Identify each line below that contains the word "ThreePointArc", and copy it out.
[[ Listed records, beginning ]]
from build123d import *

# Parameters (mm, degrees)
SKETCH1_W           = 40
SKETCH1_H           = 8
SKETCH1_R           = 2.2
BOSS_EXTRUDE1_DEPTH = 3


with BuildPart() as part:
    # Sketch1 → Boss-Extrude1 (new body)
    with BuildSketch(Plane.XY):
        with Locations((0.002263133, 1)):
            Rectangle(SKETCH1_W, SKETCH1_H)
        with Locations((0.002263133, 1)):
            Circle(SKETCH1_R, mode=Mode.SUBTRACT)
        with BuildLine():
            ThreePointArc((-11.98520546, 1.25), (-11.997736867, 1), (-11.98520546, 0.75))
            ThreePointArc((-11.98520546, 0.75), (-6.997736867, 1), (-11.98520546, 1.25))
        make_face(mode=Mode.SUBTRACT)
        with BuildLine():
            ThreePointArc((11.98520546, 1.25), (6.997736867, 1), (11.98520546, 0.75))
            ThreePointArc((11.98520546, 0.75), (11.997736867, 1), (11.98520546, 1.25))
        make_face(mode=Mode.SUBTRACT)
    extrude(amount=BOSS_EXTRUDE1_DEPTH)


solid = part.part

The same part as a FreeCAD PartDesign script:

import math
import FreeCAD as App
import Part
import Sketcher
Q = App.Units.Quantity


def add_polygon(sketch, points):
    """Adds a closed chain of lines whose ends are joined by coincident constraints."""
    first, n = sketch.GeometryCount, len(points)
    for a, b in zip(points, points[1:] + points[:1]):
        sketch.addGeometry(Part.LineSegment(App.Vector(*a, 0), App.Vector(*b, 0)), False)
    for i in range(n):
        sketch.addConstraint(Sketcher.Constraint("Coincident", first + i, 2, first + (i + 1) % n, 1))

doc = App.newDocument("Part")
body = doc.addObject("PartDesign::Body", "Body")

# Sketch on XY plane
sketch1 = body.newObject("Sketcher::SketchObject", "Sketch")
sketch1.AttachmentSupport = (doc.getObject("XY_Plane"), [""])
sketch1.MapMode = "FlatFace"
add_polygon(sketch1, [(-20, 5), (-20, -3), (20, -3), (20, 5)])  # lines 0-3
sketch1.addGeometry(Part.ArcOfCircle(Part.Circle(App.Vector(-9.5, 1, 0), App.Vector(0, 0, 1), 2.5), math.radians(174.26), math.radians(185.74)), False)  # 4
sketch1.addGeometry(Part.ArcOfCircle(Part.Circle(App.Vector(-9.5, 1, 0), App.Vector(0, 0, 1), 2.5), math.radians(-174), math.radians(174)), False)  # 5
sketch1.addGeometry(Part.Circle(App.Vector(0, 1, 0), App.Vector(0, 0, 1), 2.2), False)  # 6
sketch1.addGeometry(Part.ArcOfCircle(Part.Circle(App.Vector(9.5, 1, 0), App.Vector(0, 0, 1), 2.5), math.radians(6), math.radians(354)), False)  # 7
sketch1.addGeometry(Part.ArcOfCircle(Part.Circle(App.Vector(9.5, 1, 0), App.Vector(0, 0, 1), 2.5), math.radians(-5.74), math.radians(5.74)), False)  # 8
sketch1.addConstraint([
    Sketcher.Constraint("Tangent", 4, 1, 5, 2),
    Sketcher.Constraint("Coincident", 5, 1, 4, 2),
    Sketcher.Constraint("Tangent", 7, 1, 8, 2),
    Sketcher.Constraint("Coincident", 8, 1, 7, 2),
    Sketcher.Constraint("Vertical", 0),
    Sketcher.Constraint("Horizontal", 1),
    Sketcher.Constraint("Vertical", 2),
    Sketcher.Constraint("Horizontal", 3),
    Sketcher.Constraint("Equal", 5, 7),
    Sketcher.Constraint("Symmetric", 4, 3, 7, 3, -2),
    Sketcher.Constraint("Horizontal", 5, 3, 6, 3),
    Sketcher.Constraint("Horizontal", 4, 1, 7, 1),
    Sketcher.Constraint("Horizontal", 5, 1, 8, 1),
    Sketcher.Constraint("Vertical", 4, 1, 5, 1),
    Sketcher.Constraint("Diameter", 6, Q("4.4 mm")),
    Sketcher.Constraint("Radius", 4, Q("2.5 mm")),
    Sketcher.Constraint("DistanceX", 1, 1, 1, 2, Q("40 mm")),
    Sketcher.Constraint("DistanceY", 0, 2, 0, 1, Q("8 mm")),
    Sketcher.Constraint("DistanceY", -1, 1, 4, 3, Q("1 mm")),
    Sketcher.Constraint("DistanceY", 0, 2, -1, 1, Q("3 mm")),
    Sketcher.Constraint("DistanceX", 0, 2, 6, 3, Q("20 mm")),
    Sketcher.Constraint("DistanceX", 4, 3, 6, 3, Q("9.5 mm")),
    Sketcher.Constraint("DistanceY", 5, 1, 4, 1, Q("0.5 mm")),
    Sketcher.Constraint("DistanceX", 4, 3, -1, 1, Q("9.497737 mm")),
])
pad1 = body.newObject("PartDesign::Pad", "Pad")
pad1.Profile = sketch1
pad1.Length = 3

doc.recompute()
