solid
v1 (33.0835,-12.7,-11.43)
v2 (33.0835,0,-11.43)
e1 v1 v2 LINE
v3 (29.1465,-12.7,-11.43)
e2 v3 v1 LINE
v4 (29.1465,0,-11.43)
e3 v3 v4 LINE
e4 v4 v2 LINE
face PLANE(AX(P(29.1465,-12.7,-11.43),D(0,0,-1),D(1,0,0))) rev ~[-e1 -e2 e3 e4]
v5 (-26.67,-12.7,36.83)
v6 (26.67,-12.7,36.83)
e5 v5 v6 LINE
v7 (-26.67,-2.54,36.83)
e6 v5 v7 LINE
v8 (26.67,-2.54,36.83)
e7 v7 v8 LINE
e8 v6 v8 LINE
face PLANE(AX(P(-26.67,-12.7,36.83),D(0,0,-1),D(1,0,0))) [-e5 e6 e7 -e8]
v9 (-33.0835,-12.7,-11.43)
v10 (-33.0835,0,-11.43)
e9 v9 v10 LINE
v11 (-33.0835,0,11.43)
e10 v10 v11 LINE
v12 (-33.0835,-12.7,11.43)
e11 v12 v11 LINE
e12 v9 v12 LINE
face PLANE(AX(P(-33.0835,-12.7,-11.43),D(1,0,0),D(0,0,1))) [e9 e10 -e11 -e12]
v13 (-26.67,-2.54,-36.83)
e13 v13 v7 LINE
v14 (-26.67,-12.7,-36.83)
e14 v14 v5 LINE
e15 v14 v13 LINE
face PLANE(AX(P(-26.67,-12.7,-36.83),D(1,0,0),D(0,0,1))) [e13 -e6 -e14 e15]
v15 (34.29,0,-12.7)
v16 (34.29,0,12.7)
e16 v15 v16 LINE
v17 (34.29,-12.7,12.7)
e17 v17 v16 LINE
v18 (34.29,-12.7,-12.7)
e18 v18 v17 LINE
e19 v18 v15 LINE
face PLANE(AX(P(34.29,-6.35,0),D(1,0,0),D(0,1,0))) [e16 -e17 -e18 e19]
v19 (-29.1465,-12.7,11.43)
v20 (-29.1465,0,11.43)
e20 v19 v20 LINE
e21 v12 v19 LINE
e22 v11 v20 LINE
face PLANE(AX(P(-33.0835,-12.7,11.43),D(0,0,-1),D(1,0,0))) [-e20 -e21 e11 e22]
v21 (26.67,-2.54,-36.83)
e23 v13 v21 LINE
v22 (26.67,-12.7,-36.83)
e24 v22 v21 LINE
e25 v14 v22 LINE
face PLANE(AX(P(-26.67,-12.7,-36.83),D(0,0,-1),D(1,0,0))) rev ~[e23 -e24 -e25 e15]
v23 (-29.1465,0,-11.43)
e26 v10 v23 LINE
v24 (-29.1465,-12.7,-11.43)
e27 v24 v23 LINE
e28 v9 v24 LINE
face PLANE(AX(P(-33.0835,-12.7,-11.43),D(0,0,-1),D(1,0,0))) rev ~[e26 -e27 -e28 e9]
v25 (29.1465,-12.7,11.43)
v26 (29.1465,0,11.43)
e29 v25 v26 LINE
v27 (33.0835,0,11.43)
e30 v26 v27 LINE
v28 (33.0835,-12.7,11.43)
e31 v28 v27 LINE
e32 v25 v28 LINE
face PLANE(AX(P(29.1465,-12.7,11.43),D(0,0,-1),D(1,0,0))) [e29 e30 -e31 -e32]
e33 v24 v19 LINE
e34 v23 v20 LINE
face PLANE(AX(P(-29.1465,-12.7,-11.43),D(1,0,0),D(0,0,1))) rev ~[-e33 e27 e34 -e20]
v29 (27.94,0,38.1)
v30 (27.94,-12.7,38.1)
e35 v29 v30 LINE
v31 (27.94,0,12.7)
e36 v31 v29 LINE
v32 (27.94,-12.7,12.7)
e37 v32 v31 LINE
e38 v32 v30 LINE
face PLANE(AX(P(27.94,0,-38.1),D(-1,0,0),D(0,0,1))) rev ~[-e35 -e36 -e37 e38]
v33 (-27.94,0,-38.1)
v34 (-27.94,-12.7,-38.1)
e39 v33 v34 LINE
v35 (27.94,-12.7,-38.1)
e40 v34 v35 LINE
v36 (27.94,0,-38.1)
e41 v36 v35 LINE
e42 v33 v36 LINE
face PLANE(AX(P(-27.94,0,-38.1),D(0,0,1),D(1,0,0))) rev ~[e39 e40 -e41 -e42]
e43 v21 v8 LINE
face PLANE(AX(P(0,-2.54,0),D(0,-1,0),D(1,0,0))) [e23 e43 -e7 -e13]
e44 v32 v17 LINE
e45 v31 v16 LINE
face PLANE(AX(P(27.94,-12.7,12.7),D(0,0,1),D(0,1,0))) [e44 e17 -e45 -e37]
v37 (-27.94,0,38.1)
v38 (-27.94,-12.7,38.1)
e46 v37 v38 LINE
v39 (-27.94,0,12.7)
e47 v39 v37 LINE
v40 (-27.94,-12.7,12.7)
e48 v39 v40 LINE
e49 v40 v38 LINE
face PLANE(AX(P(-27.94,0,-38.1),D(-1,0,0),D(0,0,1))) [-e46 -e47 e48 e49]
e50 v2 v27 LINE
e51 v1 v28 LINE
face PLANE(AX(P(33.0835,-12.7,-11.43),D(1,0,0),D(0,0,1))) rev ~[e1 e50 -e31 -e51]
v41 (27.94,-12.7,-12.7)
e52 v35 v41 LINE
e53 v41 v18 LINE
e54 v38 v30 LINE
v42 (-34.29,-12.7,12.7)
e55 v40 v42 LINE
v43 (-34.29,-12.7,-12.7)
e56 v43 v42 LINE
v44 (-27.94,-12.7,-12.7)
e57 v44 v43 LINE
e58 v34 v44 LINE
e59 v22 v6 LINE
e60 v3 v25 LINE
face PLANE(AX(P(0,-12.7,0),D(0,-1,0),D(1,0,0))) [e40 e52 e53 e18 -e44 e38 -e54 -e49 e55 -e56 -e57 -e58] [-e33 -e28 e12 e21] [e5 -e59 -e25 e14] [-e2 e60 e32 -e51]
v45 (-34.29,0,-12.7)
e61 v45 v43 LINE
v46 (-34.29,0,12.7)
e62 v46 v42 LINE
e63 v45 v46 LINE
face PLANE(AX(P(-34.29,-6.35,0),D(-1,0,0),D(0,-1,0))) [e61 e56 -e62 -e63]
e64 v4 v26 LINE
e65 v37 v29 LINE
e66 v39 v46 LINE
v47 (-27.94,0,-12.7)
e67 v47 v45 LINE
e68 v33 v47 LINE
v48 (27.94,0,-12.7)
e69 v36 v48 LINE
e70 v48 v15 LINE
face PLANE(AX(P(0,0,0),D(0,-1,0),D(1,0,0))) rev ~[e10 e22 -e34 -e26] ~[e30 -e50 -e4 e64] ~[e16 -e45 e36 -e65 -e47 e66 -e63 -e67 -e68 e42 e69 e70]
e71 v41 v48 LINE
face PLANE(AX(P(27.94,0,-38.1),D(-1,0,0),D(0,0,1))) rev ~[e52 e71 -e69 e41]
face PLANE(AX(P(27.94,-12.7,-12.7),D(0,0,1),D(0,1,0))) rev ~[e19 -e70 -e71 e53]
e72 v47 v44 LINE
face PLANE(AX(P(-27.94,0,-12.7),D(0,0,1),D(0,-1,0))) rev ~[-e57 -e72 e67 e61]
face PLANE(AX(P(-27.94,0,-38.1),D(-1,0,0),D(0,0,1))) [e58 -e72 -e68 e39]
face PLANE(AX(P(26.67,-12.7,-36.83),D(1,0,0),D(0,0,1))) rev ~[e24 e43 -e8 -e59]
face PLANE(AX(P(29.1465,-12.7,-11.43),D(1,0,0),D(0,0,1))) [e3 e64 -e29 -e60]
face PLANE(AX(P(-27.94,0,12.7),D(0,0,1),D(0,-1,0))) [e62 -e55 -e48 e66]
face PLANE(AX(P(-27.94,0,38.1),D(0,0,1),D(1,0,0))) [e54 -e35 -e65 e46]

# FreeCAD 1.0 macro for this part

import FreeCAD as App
import Part
import Sketcher

V = App.Vector
Q = App.Units.Quantity


def add_polygon(sketch, points):
    """Adds a closed chain of lines whose ends are joined by coincident constraints."""
    first, n = sketch.GeometryCount, len(points)
    for a, b in zip(points, points[1:] + points[:1]):
        sketch.addGeometry(Part.LineSegment(App.Vector(*a, 0), App.Vector(*b, 0)), False)
    for i in range(n):
        sketch.addConstraint(Sketcher.Constraint("Coincident", first + i, 2, first + (i + 1) % n, 1))

doc = App.newDocument("Part")
params = doc.addObject("Spreadsheet::Sheet", "Params")
for row, (alias, value) in enumerate([
    ("sketch1_height", "3 in"),
    ("sketch1_width", "2.2 in"),
    ("pad1_length", "0.5 in"),
    ("sketch2_width", "2.1 in"),
    ("sketch2_height", "2.9 in"),
    ("pocket1_length", "0.4 in"),
    ("sketch3_height", "1 in"),
    ("sketch3_width", "0.5 in"),
    ("pad2_length", "0.25 in"),
    ("sketch4_height", "1 in"),
    ("sketch4_width", "0.5 in"),
    ("pad3_length", "0.25 in"),
    ("sketch5_height", "0.9 in"),
    ("sketch5_width", "0.155 in"),
    ("pocket2_length", "1 in"),
], start=1):
    params.set(f"A{row}", alias)
    params.set(f"B{row}", "=" + value)
    params.setAlias(f"B{row}", alias)

body = doc.addObject("PartDesign::Body", "Body")

# Sketch on XZ plane
sketch1 = body.newObject("Sketcher::SketchObject", "Sketch")
sketch1.AttachmentSupport = (doc.getObject("XZ_Plane"), [""])
sketch1.MapMode = "FlatFace"
add_polygon(sketch1, [(-28, 38), (-28, -38), (28, -38), (28, 38)])  # lines 0-3
sketch1.addConstraint(Sketcher.Constraint("Vertical", 0))
sketch1.addConstraint(Sketcher.Constraint("Horizontal", 1))
sketch1.addConstraint(Sketcher.Constraint("Vertical", 2))
sketch1.addConstraint(Sketcher.Constraint("Horizontal", 3))
sketch1.addConstraint(Sketcher.Constraint("Symmetric", 0, 2, 2, 2, -1, 1))
sketch1.addConstraint(Sketcher.Constraint("DistanceY", 0, 2, 0, 1, Q("3 in")))
sketch1.addConstraint(Sketcher.Constraint("DistanceX", 1, 1, 1, 2, Q("2.2 in")))
sketch1.setExpression("Constraints[9]", "Params.sketch1_height")
sketch1.setExpression("Constraints[10]", "Params.sketch1_width")
pad1 = body.newObject("PartDesign::Pad", "Pad")
pad1.Profile = sketch1
pad1.setExpression("Length", "Params.pad1_length")

# Sketch on XZ plane
sketch2 = body.newObject("Sketcher::SketchObject", "Sketch001")
sketch2.AttachmentSupport = (doc.getObject("XZ_Plane"), [""])
sketch2.MapMode = "FlatFace"
sketch2.AttachmentOffset = App.Placement(V(0, 0, 0.5 * 25.4), App.Rotation())
add_polygon(sketch2, [(-27, 37), (-27, -37), (27, -37), (27, 37)])  # lines 0-3
sketch2.addConstraint(Sketcher.Constraint("Vertical", 0))
sketch2.addConstraint(Sketcher.Constraint("Horizontal", 1))
sketch2.addConstraint(Sketcher.Constraint("Vertical", 2))
sketch2.addConstraint(Sketcher.Constraint("Horizontal", 3))
sketch2.addConstraint(Sketcher.Constraint("Symmetric", 0, 2, 2, 2, -1, 1))
sketch2.addConstraint(Sketcher.Constraint("DistanceX", 1, 1, 1, 2, Q("2.1 in")))
sketch2.addConstraint(Sketcher.Constraint("DistanceY", 0, 2, 0, 1, Q("2.9 in")))
sketch2.setExpression("Constraints[9]", "Params.sketch2_width")
sketch2.setExpression("Constraints[10]", "Params.sketch2_height")
pocket1 = body.newObject("PartDesign::Pocket", "Pocket")
pocket1.Profile = sketch2
pocket1.setExpression("Length", "Params.pocket1_length")

# Sketch on YZ plane
sketch3 = body.newObject("Sketcher::SketchObject", "Sketch002")
sketch3.AttachmentSupport = (doc.getObject("YZ_Plane"), [""])
sketch3.MapMode = "FlatFace"
sketch3.AttachmentOffset = App.Placement(V(0, 0, 1.1 * 25.4), App.Rotation())
add_polygon(sketch3, [(-13, 13), (-13, -13), (0, -13), (0, 13)])  # lines 0-3
sketch3.addConstraint(Sketcher.Constraint("Vertical", 0))
sketch3.addConstraint(Sketcher.Constraint("Horizontal", 1))
sketch3.addConstraint(Sketcher.Constraint("Vertical", 2))
sketch3.addConstraint(Sketcher.Constraint("Horizontal", 3))
sketch3.addConstraint(Sketcher.Constraint("Symmetric", 1, 2, 2, 2, -1, 1))
sketch3.addConstraint(Sketcher.Constraint("DistanceY", 0, 2, 0, 1, Q("1 in")))
sketch3.addConstraint(Sketcher.Constraint("DistanceX", 1, 1, 1, 2, Q("0.5 in")))
sketch3.setExpression("Constraints[9]", "Params.sketch3_height")
sketch3.setExpression("Constraints[10]", "Params.sketch3_width")
pad2 = body.newObject("PartDesign::Pad", "Pad001")
pad2.Profile = sketch3
pad2.setExpression("Length", "Params.pad2_length")

# Sketch on YZ plane
sketch4 = body.newObject("Sketcher::SketchObject", "Sketch003")
sketch4.AttachmentSupport = (doc.getObject("YZ_Plane"), [""])
sketch4.MapMode = "FlatFace"
sketch4.AttachmentOffset = App.Placement(V(0, 0, -1.1 * 25.4), App.Rotation())
add_polygon(sketch4, [(0, 13), (0, -13), (-13, -13), (-13, 13)])  # lines 0-3
sketch4.addConstraint(Sketcher.Constraint("Vertical", 0))
sketch4.addConstraint(Sketcher.Constraint("Horizontal", 1))
sketch4.addConstraint(Sketcher.Constraint("Vertical", 2))
sketch4.addConstraint(Sketcher.Constraint("Horizontal", 3))
sketch4.addConstraint(Sketcher.Constraint("Symmetric", 0, 2, 3, 2, -1, 1))
sketch4.addConstraint(Sketcher.Constraint("DistanceY", 0, 2, 0, 1, Q("1 in")))
sketch4.addConstraint(Sketcher.Constraint("DistanceX", 1, 2, 1, 1, Q("0.5 in")))
sketch4.setExpression("Constraints[9]", "Params.sketch4_height")
sketch4.setExpression("Constraints[10]", "Params.sketch4_width")
pad3 = body.newObject("PartDesign::Pad", "Pad002")
pad3.Profile = sketch4
pad3.setExpression("Length", "Params.pad3_length")
pad3.Reversed = True

# Sketch on XZ plane
sketch5 = body.newObject("Sketcher::SketchObject", "Sketch004")
sketch5.AttachmentSupport = (doc.getObject("XZ_Plane"), [""])
sketch5.MapMode = "FlatFace"
sketch5.AttachmentOffset = App.Placement(V(0, 0, 0.5 * 25.4), App.Rotation())
add_polygon(sketch5, [(-33.1, 11.4), (-33.1, -11.4), (-29.1, -11.4), (-29.1, 11.4)])  # lines 0-3
add_polygon(sketch5, [(29.1, 11.4), (29.1, -11.4), (33.1, -11.4), (33.1, 11.4)])  # lines 4-7
sketch5.addConstraint(Sketcher.Constraint("Vertical", 0))
sketch5.addConstraint(Sketcher.Constraint("Horizontal", 1))
sketch5.addConstraint(Sketcher.Constraint("Vertical", 2))
sketch5.addConstraint(Sketcher.Constraint("Horizontal", 3))
sketch5.addConstraint(Sketcher.Constraint("Vertical", 4))
sketch5.addConstraint(Sketcher.Constraint("Horizontal", 5))
sketch5.addConstraint(Sketcher.Constraint("Vertical", 6))
sketch5.addConstraint(Sketcher.Constraint("Horizontal", 7))
sketch5.addConstraint(Sketcher.Constraint("Symmetric", 2, 2, 4, 2, -1, 1))
sketch5.addConstraint(Sketcher.Constraint("Symmetric", 0, 2, 6, 2, -1, 1))
sketch5.addConstraint(Sketcher.Constraint("Horizontal", 1, 2, 4, 2))
sketch5.addConstraint(Sketcher.Constraint("DistanceY", 0, 2, 0, 1, Q("0.9 in")))
sketch5.addConstraint(Sketcher.Constraint("DistanceX", 1, 1, 1, 2, Q("0.155 in")))
sketch5.addConstraint(Sketcher.Constraint("DistanceX", 0, 2, 4, 2, Q("2.45 in")))
sketch5.setExpression("Constraints[19]", "Params.sketch5_height")
sketch5.setExpression("Constraints[20]", "Params.sketch5_width")
pocket2 = body.newObject("PartDesign::Pocket", "Pocket001")
pocket2.Profile = sketch5
pocket2.setExpression("Length", "Params.pocket2_length")

doc.recompute()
[[ Listed records, end ]]
> _Answer for the task_:
            ThreePointArc((-11.98520546, 1.25), (-11.997736867, 1), (-11.98520546, 0.75))
            ThreePointArc((-11.98520546, 0.75), (-6.997736867, 1), (-11.98520546, 1.25))
            ThreePointArc((11.98520546, 1.25), (6.997736867, 1), (11.98520546, 0.75))
            ThreePointArc((11.98520546, 0.75), (11.997736867, 1), (11.98520546, 1.25))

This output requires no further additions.